Developing a programme to support women with diet and exercise after breast cancer

A new project outline with Dr. Sam Orange (reposted with permission from

Dr Sam Orange in the lab smiling at the camera

The challenge

More women are living with and beyond breast cancer than ever before. But they often experience long-lasting low mood or extreme tiredness (fatigue), even after their treatment has ended. It can dramatically affect their quality of life.

Leading a healthy lifestyle after a breast cancer diagnosis and treatment can help with this. And it could lower the risk of breast cancer coming back. Despite this, there’s little support available to help women maintain regular physical activity and a healthy diet.

The science behind the project

Dr Sam Orange, from Newcastle University, wants to improve women’s access to diet and physical activity support after their breast cancer treatment. There are many barriers that prevent women from getting this support in the National Healthcare System (NHS), such as limited resources, no referral pathway, and there being no support services to refer them to at all.

Sam’s creating a referral pathway so that healthcare professionals can refer women to community support services. And he’s developing a training package to help community services adapt their health and lifestyle programmes to specifically support women after breast cancer treatment.

To do this, the researchers will first identify existing diet and physical activity services in the community that could be adapted. They’ll look at how they’re accessed, funded and how well they work.

Then they’ll hold 4 focus groups to explore different people’s experiences of accessing and giving support. These focus groups will include women who have finished treatment for early-stage breast cancer, healthcare professionals, dieticians and exercise specialists, and community practitioners.

The third stage of the project will involve 4 workshops based on the results of earlier stages. They’ll bring women who have finished treatment for breast cancer and healthcare professionals together to talk about how community services could be adapted. And how the referrals could work.

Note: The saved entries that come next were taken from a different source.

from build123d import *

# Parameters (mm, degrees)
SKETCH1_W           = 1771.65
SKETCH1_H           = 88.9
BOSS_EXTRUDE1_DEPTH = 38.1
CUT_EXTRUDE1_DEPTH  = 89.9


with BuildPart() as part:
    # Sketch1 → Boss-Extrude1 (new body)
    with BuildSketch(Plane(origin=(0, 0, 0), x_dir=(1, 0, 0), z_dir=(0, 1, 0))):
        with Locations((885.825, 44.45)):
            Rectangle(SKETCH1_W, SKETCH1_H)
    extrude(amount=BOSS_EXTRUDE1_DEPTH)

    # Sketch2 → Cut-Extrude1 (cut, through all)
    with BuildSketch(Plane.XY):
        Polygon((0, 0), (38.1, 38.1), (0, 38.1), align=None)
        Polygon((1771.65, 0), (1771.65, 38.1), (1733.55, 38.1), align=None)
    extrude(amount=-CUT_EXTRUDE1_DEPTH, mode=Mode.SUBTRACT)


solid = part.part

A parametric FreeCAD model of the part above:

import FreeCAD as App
import Part
import Sketcher

V = App.Vector
Q = App.Units.Quantity


def add_polygon(sketch, points):
    """Adds a closed chain of lines whose ends are joined by coincident constraints."""
    first, n = sketch.GeometryCount, len(points)
    for a, b in zip(points, points[1:] + points[:1]):
        sketch.addGeometry(Part.LineSegment(App.Vector(*a, 0), App.Vector(*b, 0)), False)
    for i in range(n):
        sketch.addConstraint(Sketcher.Constraint("Coincident", first + i, 2, first + (i + 1) % n, 1))

doc = App.newDocument("Part")
params = doc.addObject("Spreadsheet::Sheet", "Params")
for row, (alias, value) in enumerate([
    ("sketch1_height", "3.5 in"),
    ("sketch1_width", "69.75 in"),
    ("pad1_length", "1.5 in"),
    ("sketch2_width", "1.5 in"),
], start=1):
    params.set(f"A{row}", alias)
    params.set(f"B{row}", "=" + value)
    params.setAlias(f"B{row}", alias)

body = doc.addObject("PartDesign::Body", "Body")

sketch1 = body.newObject("Sketcher::SketchObject", "Sketch")
sketch1.AttachmentSupport = (doc.getObject("XZ_Plane"), [""])
sketch1.MapMode = "FlatFace"
add_polygon(sketch1, [(0, -89), (0, 0), (1772, 0), (1772, -89)])
sketch1.addConstraint(Sketcher.Constraint("Vertical", 0))
sketch1.addConstraint(Sketcher.Constraint("Horizontal", 1))
sketch1.addConstraint(Sketcher.Constraint("Vertical", 2))
sketch1.addConstraint(Sketcher.Constraint("Horizontal", 3))
sketch1.addConstraint(Sketcher.Constraint("Coincident", 0, 2, -1, 1))
sketch1.addConstraint(Sketcher.Constraint("DistanceY", 0, 1, 0, 2, Q("3.5 in")))
sketch1.addConstraint(Sketcher.Constraint("DistanceX", 1, 1, 1, 2, Q("69.75 in")))
sketch1.setExpression("Constraints[9]", "Params.sketch1_height")
sketch1.setExpression("Constraints[10]", "Params.sketch1_width")
pad1 = body.newObject("PartDesign::Pad", "Pad")
pad1.Profile = sketch1
pad1.setExpression("Length", "Params.pad1_length")
pad1.Reversed = True

sketch2 = body.newObject("Sketcher::SketchObject", "Sketch001")
sketch2.AttachmentSupport = (doc.getObject("XY_Plane"), [""])
sketch2.MapMode = "FlatFace"
add_polygon(sketch2, [(0, 0), (38, 38), (0, 38)])
add_polygon(sketch2, [(1772, 0), (1772, 38), (1734, 38)])
sketch2.addConstraint(Sketcher.Constraint("Horizontal", 1))
sketch2.addConstraint(Sketcher.Constraint("Vertical", 2))
sketch2.addConstraint(Sketcher.Constraint("Vertical", 3))
sketch2.addConstraint(Sketcher.Constraint("Horizontal", 4))
sketch2.addConstraint(Sketcher.Constraint("Coincident", 2, 2, -1, 1))
sketch2.addConstraint(Sketcher.Constraint("PointOnObject", 5, 2, -1))
sketch2.addConstraint(Sketcher.Constraint("Perpendicular", 0, 5))
sketch2.addConstraint(Sketcher.Constraint("Horizontal", 1, 2, 3, 2))
sketch2.addConstraint(Sketcher.Constraint("Equal", 1, 4))
sketch2.addConstraint(Sketcher.Constraint("DistanceX", 1, 2, 1, 1, Q("1.5 in")))
sketch2.addConstraint(Sketcher.Constraint("DistanceX", -1, 1, 3, 2, Q("69.75 in")))
sketch2.setExpression("Constraints[15]", "Params.sketch2_width")
pocket1 = body.newObject("PartDesign::Pocket", "Pocket")
pocket1.Profile = sketch2
pocket1.Type = "ThroughAll"

doc.recompute()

Finally, the researchers will test how well the new programme works. They’ll ask healthcare professionals to refer 40 women to the adapted diet and physical activity service. They’ll see how women feel about the service and get perspectives from community practitioners and healthcare professionals as well.

What difference will this project make?

If this project is successful, the researchers will carry out a larger study to directly measure if this programme leads to better quality of life for women living with and beyond breast cancer. And it may also help to reduce their risk of a second breast cancer diagnosis.

How many people could this project help?

55,000 women are diagnosed with breast cancer each year in the UK. This project has the potential to help all of them to maintain healthy diet and physical habits. But it could especially help the 1/3 of women that experience persistent fatigue after treatment, as well as the 48% of women that experience depression and anxiety.